Borer Elizabeth T, Grace James B, Harpole W Stanley, MacDougall Andrew S, Seabloom Eric W
Department of Ecology, Evolution, and Behavior, University of Minnesota, 1479 Gortner Avenue, 140 Gortner Laboratory, Saint Paul, Minnesota 55108, USA.
US Geological Survey, Wetland and Aquatic Research Center, 700 Cajundome Boulevard, Lafayette, Louisiana 70506, USA.
Nat Ecol Evol. 2017 Apr 20;1(5):118. doi: 10.1038/s41559-017-0118.

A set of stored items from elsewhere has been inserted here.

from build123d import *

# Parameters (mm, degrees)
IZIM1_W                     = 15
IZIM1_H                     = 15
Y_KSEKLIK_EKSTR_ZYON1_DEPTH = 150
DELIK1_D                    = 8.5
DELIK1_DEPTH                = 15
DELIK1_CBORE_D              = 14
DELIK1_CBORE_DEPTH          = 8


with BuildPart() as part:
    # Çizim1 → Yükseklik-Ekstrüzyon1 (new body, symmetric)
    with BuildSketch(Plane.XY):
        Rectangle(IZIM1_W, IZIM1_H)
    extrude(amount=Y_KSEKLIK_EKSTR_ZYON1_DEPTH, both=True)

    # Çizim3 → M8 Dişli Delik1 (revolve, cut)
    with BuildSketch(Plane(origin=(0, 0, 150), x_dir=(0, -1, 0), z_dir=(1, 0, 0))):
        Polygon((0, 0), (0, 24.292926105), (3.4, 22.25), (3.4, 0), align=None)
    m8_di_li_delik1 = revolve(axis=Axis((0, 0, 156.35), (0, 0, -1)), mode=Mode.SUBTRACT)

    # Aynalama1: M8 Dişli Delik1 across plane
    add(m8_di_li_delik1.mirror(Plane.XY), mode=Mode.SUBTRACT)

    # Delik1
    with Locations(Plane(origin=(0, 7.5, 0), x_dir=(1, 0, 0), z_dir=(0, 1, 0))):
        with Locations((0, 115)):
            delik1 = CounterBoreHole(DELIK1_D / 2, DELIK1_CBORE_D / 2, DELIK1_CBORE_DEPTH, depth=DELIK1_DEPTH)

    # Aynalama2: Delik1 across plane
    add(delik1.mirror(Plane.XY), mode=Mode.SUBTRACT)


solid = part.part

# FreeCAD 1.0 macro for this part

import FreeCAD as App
import Part
import Sketcher
Q = App.Units.Quantity


def add_polygon(sketch, points):
    """Adds a closed chain of lines whose ends are joined by coincident constraints."""
    first, n = sketch.GeometryCount, len(points)
    for a, b in zip(points, points[1:] + points[:1]):
        sketch.addGeometry(Part.LineSegment(App.Vector(*a, 0), App.Vector(*b, 0)), False)
    for i in range(n):
        sketch.addConstraint(Sketcher.Constraint("Coincident", first + i, 2, first + (i + 1) % n, 1))

doc = App.newDocument("Part")
params = doc.addObject("Spreadsheet::Sheet", "Params")
for row, (alias, value) in enumerate([
    ("sketch1_width", "15 mm"),
    ("pad1_length", "300 mm"),
    ("sketch2_width", "3.4 mm"),
    ("sketch2_height", "22.25 mm"),
    ("groove_angle", "360 deg"),
    ("sketch3_diameter", "8.5 mm"),
    ("hole_diameter", "8.5 mm"),
    ("hole_depth", "15 mm"),
    ("hole_cbore_diameter", "14 mm"),
    ("hole_cbore_depth", "8 mm"),
], start=1):
    params.set(f"A{row}", alias)
    params.set(f"B{row}", "=" + value)
    params.setAlias(f"B{row}", alias)

body = doc.addObject("PartDesign::Body", "Body")

# Sketch on XY plane
sketch1 = doc.addObject("Sketcher::SketchObject", "Sketch")
body.addObject(sketch1)
sketch1.AttachmentSupport = (doc.XY_Plane, [""])
sketch1.MapMode = "FlatFace"
add_polygon(sketch1, [(-7.5, 7.5), (-7.5, -7.5), (7.5, -7.5), (7.5, 7.5)])  # lines 0-3
sketch1.addConstraint(Sketcher.Constraint("Vertical", 0))
sketch1.addConstraint(Sketcher.Constraint("Horizontal", 1))
sketch1.addConstraint(Sketcher.Constraint("Vertical", 2))
sketch1.addConstraint(Sketcher.Constraint("Horizontal", 3))
sketch1.addConstraint(Sketcher.Constraint("Symmetric", 0, 2, 2, 2, -1, 1))
sketch1.addConstraint(Sketcher.Constraint("Equal", 3, 0))
sketch1.addConstraint(Sketcher.Constraint("DistanceX", 1, 1, 1, 2, Q("15 mm")))
sketch1.setExpression("Constraints[10]", "Params.sketch1_width")
pad1 = doc.addObject("PartDesign::Pad", "Pad")
body.addObject(pad1)
pad1.Profile = sketch1
pad1.setExpression("Length", "Params.pad1_length")
pad1.Midplane = True

# Sketch on YZ plane
sketch2 = doc.addObject("Sketcher::SketchObject", "Sketch001")
body.addObject(sketch2)
sketch2.AttachmentSupport = (doc.YZ_Plane, [""])
sketch2.MapMode = "FlatFace"
add_polygon(sketch2, [(0, 125.707074), (0, 150), (-3.4, 150), (-3.4, 127.75)])  # lines 0-3
sketch2.addConstraint(Sketcher.Constraint("Vertical", 0))
sketch2.addConstraint(Sketcher.Constraint("Horizontal", 1))
sketch2.addConstraint(Sketcher.Constraint("Vertical", 2))
sketch2.addConstraint(Sketcher.Constraint("PointOnObject", 0, 2, -2))
sketch2.addConstraint(Sketcher.Constraint("Angle", 3, Q("-31 deg")))
sketch2.addConstraint(Sketcher.Constraint("DistanceX", 1, 2, 1, 1, Q("3.4 mm")))
sketch2.addConstraint(Sketcher.Constraint("DistanceY", -1, 1, 0, 2, Q("150 mm")))
sketch2.addConstraint(Sketcher.Constraint("DistanceY", 2, 2, 2, 1, Q("22.25 mm")))
sketch2.setExpression("Constraints[9]", "Params.sketch2_width")
sketch2.setExpression("Constraints[11]", "Params.sketch2_height")
groove = doc.addObject("PartDesign::Groove", "Groove")
body.addObject(groove)
groove.Profile = sketch2
groove.ReferenceAxis = (sketch2, ["V_Axis"])
groove.setExpression("Angle", "Params.groove_angle")
doc.recompute()

mirrored = doc.addObject("PartDesign::Mirrored", "Mirrored")
body.addObject(mirrored)
mirrored.Originals = [groove]
mirrored.MirrorPlane = (doc.XY_Plane, [""])
body.Tip = mirrored

# Sketch on XZ plane
sketch3 = doc.addObject("Sketcher::SketchObject", "Sketch002")
body.addObject(sketch3)
sketch3.AttachmentSupport = (doc.XZ_Plane, [""])
sketch3.MapMode = "FlatFace"
sketch3.AttachmentOffset = App.Placement(App.Vector(0, 0, -7.5), App.Rotation())
sketch3.addGeometry(Part.Circle(App.Vector(0, -115, 0), App.Vector(0, 0, 1), 4.25), False)
sketch3.addConstraint(Sketcher.Constraint("PointOnObject", 0, 3, -2))
sketch3.addConstraint(Sketcher.Constraint("Diameter", 0, Q("8.5 mm")))
sketch3.addConstraint(Sketcher.Constraint("DistanceY", 0, 3, -1, 1, Q("115 mm")))
sketch3.setExpression("Constraints[1]", "Params.sketch3_diameter")
doc.recompute()
hole = doc.addObject("PartDesign::Hole", "Hole")
body.addObject(hole)
hole.Profile = sketch3
hole.ThreadType = "None"
hole.setExpression("Diameter", "Params.hole_diameter")
hole.DepthType = "Dimension"
hole.setExpression("Depth", "Params.hole_depth")
hole.DrillPoint = "Flat"
hole.HoleCutType = "Counterbore"
hole.setExpression("HoleCutDiameter", "Params.hole_cbore_diameter")
hole.setExpression("HoleCutDepth", "Params.hole_cbore_depth")
hole.Reversed = True
doc.recompute()

mirrored2 = doc.addObject("PartDesign::Mirrored", "Mirrored001")
body.addObject(mirrored2)
mirrored2.Originals = [hole]
mirrored2.MirrorPlane = (doc.XY_Plane, [""])
body.Tip = mirrored2

doc.recompute()
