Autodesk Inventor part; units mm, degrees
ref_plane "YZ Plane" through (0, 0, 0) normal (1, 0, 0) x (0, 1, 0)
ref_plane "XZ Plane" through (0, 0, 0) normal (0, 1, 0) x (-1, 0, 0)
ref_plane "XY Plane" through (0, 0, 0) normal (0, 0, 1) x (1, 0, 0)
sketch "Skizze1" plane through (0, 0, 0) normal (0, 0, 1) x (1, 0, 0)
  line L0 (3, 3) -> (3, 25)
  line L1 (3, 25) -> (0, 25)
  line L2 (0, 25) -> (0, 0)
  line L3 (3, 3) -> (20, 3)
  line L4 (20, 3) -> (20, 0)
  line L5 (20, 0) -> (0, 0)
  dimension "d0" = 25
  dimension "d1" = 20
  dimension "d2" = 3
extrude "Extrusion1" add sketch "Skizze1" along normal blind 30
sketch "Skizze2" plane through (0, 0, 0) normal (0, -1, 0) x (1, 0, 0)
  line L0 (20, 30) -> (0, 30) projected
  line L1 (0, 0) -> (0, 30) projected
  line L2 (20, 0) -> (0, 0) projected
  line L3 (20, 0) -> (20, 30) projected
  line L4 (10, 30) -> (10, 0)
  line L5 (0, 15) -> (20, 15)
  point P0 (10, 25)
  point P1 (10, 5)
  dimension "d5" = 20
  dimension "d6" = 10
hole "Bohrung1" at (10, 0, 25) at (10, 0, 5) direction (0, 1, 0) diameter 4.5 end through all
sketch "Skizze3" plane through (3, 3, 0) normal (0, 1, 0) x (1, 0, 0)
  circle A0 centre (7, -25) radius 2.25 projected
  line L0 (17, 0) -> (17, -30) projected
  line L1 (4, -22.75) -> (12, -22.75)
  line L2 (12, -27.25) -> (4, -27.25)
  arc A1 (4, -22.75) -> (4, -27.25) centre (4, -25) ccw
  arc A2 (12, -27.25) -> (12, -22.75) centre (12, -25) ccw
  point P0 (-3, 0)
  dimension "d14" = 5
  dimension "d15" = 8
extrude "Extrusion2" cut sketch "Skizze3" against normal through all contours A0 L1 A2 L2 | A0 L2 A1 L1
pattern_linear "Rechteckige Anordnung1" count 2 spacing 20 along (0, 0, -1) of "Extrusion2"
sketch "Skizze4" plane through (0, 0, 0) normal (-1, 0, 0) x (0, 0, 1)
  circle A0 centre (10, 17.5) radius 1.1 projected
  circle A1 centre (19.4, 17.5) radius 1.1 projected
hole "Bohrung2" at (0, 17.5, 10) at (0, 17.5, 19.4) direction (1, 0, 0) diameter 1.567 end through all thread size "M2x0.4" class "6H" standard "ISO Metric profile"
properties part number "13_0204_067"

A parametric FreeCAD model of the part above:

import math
import FreeCAD as App
import Part
import Sketcher

V = App.Vector
Q = App.Units.Quantity

doc = App.newDocument("Part")
body = doc.addObject("PartDesign::Body", "Body")

# Sketch on XY plane
sketch1 = body.newObject("Sketcher::SketchObject", "Sketch")
sketch1.AttachmentSupport = (doc.getObject("XY_Plane"), [""])
sketch1.MapMode = "FlatFace"
sketch1.addGeometry([
    Part.LineSegment(V(20, 3, 0), V(3, 3, 0)),  # 0
    Part.LineSegment(V(3, 3, 0), V(3, 25, 0)),  # 1
    Part.LineSegment(V(3, 25, 0), V(0, 25, 0)),  # 2
    Part.LineSegment(V(0, 25, 0), V(0, 0, 0)),  # 3
    Part.LineSegment(V(0, 0, 0), V(20, 0, 0)),  # 4
    Part.LineSegment(V(20, 0, 0), V(20, 3, 0)),  # 5
], False)
sketch1.addConstraint([
    Sketcher.Constraint("Coincident", 0, 2, 1, 1),
    Sketcher.Constraint("Coincident", 1, 2, 2, 1),
    Sketcher.Constraint("Coincident", 2, 2, 3, 1),
    Sketcher.Constraint("Coincident", 3, 2, 4, 1),
    Sketcher.Constraint("Coincident", 4, 2, 5, 1),
    Sketcher.Constraint("Coincident", 5, 2, 0, 1),
    Sketcher.Constraint("Horizontal", 0),
    Sketcher.Constraint("Vertical", 1),
    Sketcher.Constraint("Horizontal", 2),
    Sketcher.Constraint("Vertical", 3),
    Sketcher.Constraint("Horizontal", 4),
    Sketcher.Constraint("Vertical", 5),
    Sketcher.Constraint("Coincident", 3, 2, -1, 1),
    Sketcher.Constraint("Equal", 2, 5),
    Sketcher.Constraint("DistanceX", 2, 2, 2, 1, Q("3 mm")),
    Sketcher.Constraint("DistanceX", 4, 1, 4, 2, Q("20 mm")),
    Sketcher.Constraint("DistanceY", 3, 2, 3, 1, Q("25 mm")),
])
pad1 = body.newObject("PartDesign::Pad", "Pad")
pad1.Profile = sketch1
pad1.Length = 30

# Sketch on XZ plane
sketch2 = body.newObject("Sketcher::SketchObject", "Sketch001")
sketch2.AttachmentSupport = (doc.getObject("XZ_Plane"), [""])
sketch2.MapMode = "FlatFace"
sketch2.addGeometry([
    Part.Circle(V(10, 25, 0), V(0, 0, 1), 2.2),
    Part.Circle(V(10, 5, 0), V(0, 0, 1), 2.2),
], False)
sketch2.addConstraint([
    Sketcher.Constraint("Equal", 0, 1),
    Sketcher.Constraint("Vertical", 0, 3, 1, 3),
    Sketcher.Constraint("Diameter", 0, Q("4.5 mm")),
    Sketcher.Constraint("DistanceX", -1, 1, 0, 3, Q("10 mm")),
    Sketcher.Constraint("DistanceY", -1, 1, 0, 3, Q("25 mm")),
    Sketcher.Constraint("DistanceY", -1, 1, 1, 3, Q("5 mm")),
])
doc.recompute()
hole = body.newObject("PartDesign::Hole", "Hole")
hole.Profile = sketch2
hole.ThreadType = "None"
hole.Diameter = 4.5
hole.DepthType = "ThroughAll"

# Sketch on XZ plane
sketch3 = body.newObject("Sketcher::SketchObject", "Sketch002")
sketch3.AttachmentSupport = (doc.getObject("XZ_Plane"), [""])
sketch3.MapMode = "FlatFace"
sketch3.AttachmentOffset = App.Placement(V(0, 0, -3), App.Rotation())
sketch3.addGeometry([
    Part.ArcOfCircle(Part.Circle(V(10, 25, 0), V(0, 0, 1), 2.2), math.radians(-90), math.radians(90)),  # 0
    Part.LineSegment(V(10, 27.2, 0), V(15, 27.2, 0)),  # 1
    Part.ArcOfCircle(Part.Circle(V(15, 25, 0), V(0, 0, 1), 2.2), math.radians(-90), math.radians(90)),  # 2
    Part.LineSegment(V(15, 22.8, 0), V(10, 22.8, 0)),  # 3
    Part.ArcOfCircle(Part.Circle(V(10, 25, 0), V(0, 0, 1), 2.2), math.radians(90), math.radians(270)),  # 4
    Part.LineSegment(V(10, 22.8, 0), V(7, 22.8, 0)),  # 5
    Part.ArcOfCircle(Part.Circle(V(7, 25, 0), V(0, 0, 1), 2.2), math.radians(90), math.radians(270)),  # 6
    Part.LineSegment(V(7, 27.2, 0), V(10, 27.2, 0)),  # 7
], False)
sketch3.addConstraint([
    Sketcher.Constraint("Tangent", 0, 2, 1, 1),
    Sketcher.Constraint("Tangent", 1, 2, 2, 2),
    Sketcher.Constraint("Tangent", 2, 1, 3, 1),
    Sketcher.Constraint("Tangent", 3, 2, 0, 1),
    Sketcher.Constraint("Tangent", 4, 2, 5, 1),
    Sketcher.Constraint("Tangent", 5, 2, 6, 2),
    Sketcher.Constraint("Tangent", 6, 1, 7, 1),
    Sketcher.Constraint("Tangent", 7, 2, 4, 1),
    Sketcher.Constraint("Horizontal", 1),
    Sketcher.Constraint("Horizontal", 3),
    Sketcher.Constraint("Horizontal", 5),
    Sketcher.Constraint("Horizontal", 7),
    Sketcher.Constraint("Coincident", 4, 3, 0, 3),
    Sketcher.Constraint("Equal", 2, 4),
    Sketcher.Constraint("DistanceX", 1, 1, 1, 2, Q("5 mm")),
    Sketcher.Constraint("DistanceX", 6, 3, 2, 3, Q("8 mm")),
    Sketcher.Constraint("Radius", 0, Q("2.25 mm")),
    Sketcher.Constraint("DistanceX", -1, 1, 0, 3, Q("10 mm")),
    Sketcher.Constraint("DistanceY", -1, 1, 0, 3, Q("25 mm")),
])
pocket1 = body.newObject("PartDesign::Pocket", "Pocket")
pocket1.Profile = sketch3
pocket1.Type = "ThroughAll"
pocket1.Reversed = True
doc.recompute()

linearpattern = body.newObject("PartDesign::LinearPattern", "LinearPattern")
linearpattern.Originals = [pocket1]
linearpattern.Direction = (doc.getObject("Z_Axis"), [""])
linearpattern.Mode = "offset"
linearpattern.Offset = 20
linearpattern.Occurrences = 2
linearpattern.Reversed = True
body.Tip = linearpattern

# Sketch on YZ plane
sketch4 = body.newObject("Sketcher::SketchObject", "Sketch003")
sketch4.AttachmentSupport = (doc.getObject("YZ_Plane"), [""])
sketch4.MapMode = "FlatFace"
sketch4.addGeometry([
    Part.Circle(V(17.5, 10, 0), V(0, 0, 1), 0.8),
    Part.Circle(V(17.5, 19.4, 0), V(0, 0, 1), 0.8),
], False)
sketch4.addConstraint([
    Sketcher.Constraint("Equal", 0, 1),
    Sketcher.Constraint("Vertical", 0, 3, 1, 3),
    Sketcher.Constraint("Diameter", 0, Q("1.567 mm")),
    Sketcher.Constraint("DistanceY", -1, 1, 0, 3, Q("10 mm")),
    Sketcher.Constraint("DistanceX", -1, 1, 0, 3, Q("17.5 mm")),
    Sketcher.Constraint("DistanceY", -1, 1, 1, 3, Q("19.4 mm")),
])
doc.recompute()
hole2 = body.newObject("PartDesign::Hole", "Hole001")
hole2.Profile = sketch4
hole2.ThreadType = "None"
hole2.Diameter = 1.567
hole2.DepthType = "ThroughAll"
hole2.Reversed = True

doc.recompute()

Earth's biodiversity and carbon uptake by plants, or primary productivity, are intricately interlinked, underlie many essential ecosystem processes, and depend on the interplay among environmental factors, many of which are being changed by human activities. While ecological theory generalizes across taxa and environments, most empirical tests of factors controlling diversity and productivity have been observational, single-site experiments, or meta-analyses, limiting our understanding of variation among site-level responses and tests of general mechanisms. A synthesis of results from ten years of a globally distributed, coordinated experiment, the Nutrient Network (NutNet), demonstrates that species diversity promotes ecosystem productivity and stability, and that nutrient supply and herbivory control diversity via changes in composition, including invasions of non-native species and extinction of native species. Distributed experimental networks are a powerful tool for tests and integration of multiple theories and for generating multivariate predictions about the effects of global changes on future ecosystems.
地球上的生物多样性与植物的碳吸收(即初级生产力)紧密相连,是许多重要生态系统过程的基础,并且依赖于环境因素之间的相互作用,其中许多环境因素正因人类活动而发生改变。虽然生态理论适用于不同的分类群和环境,但大多数关于控制多样性和生产力的因素的实证检验都是观测性的、单站点实验或元分析,这限制了我们对站点水平响应差异的理解以及对一般机制的检验。一项对全球分布、协调进行了十年的实验——营养网络(NutNet)的结果综合表明,物种多样性促进生态系统生产力和稳定性,并且养分供应和食草作用通过组成变化(包括非本地物种入侵和本地物种灭绝)来控制多样性。分布式实验网络是检验和整合多种理论以及对全球变化对未来生态系统的影响进行多变量预测的有力工具。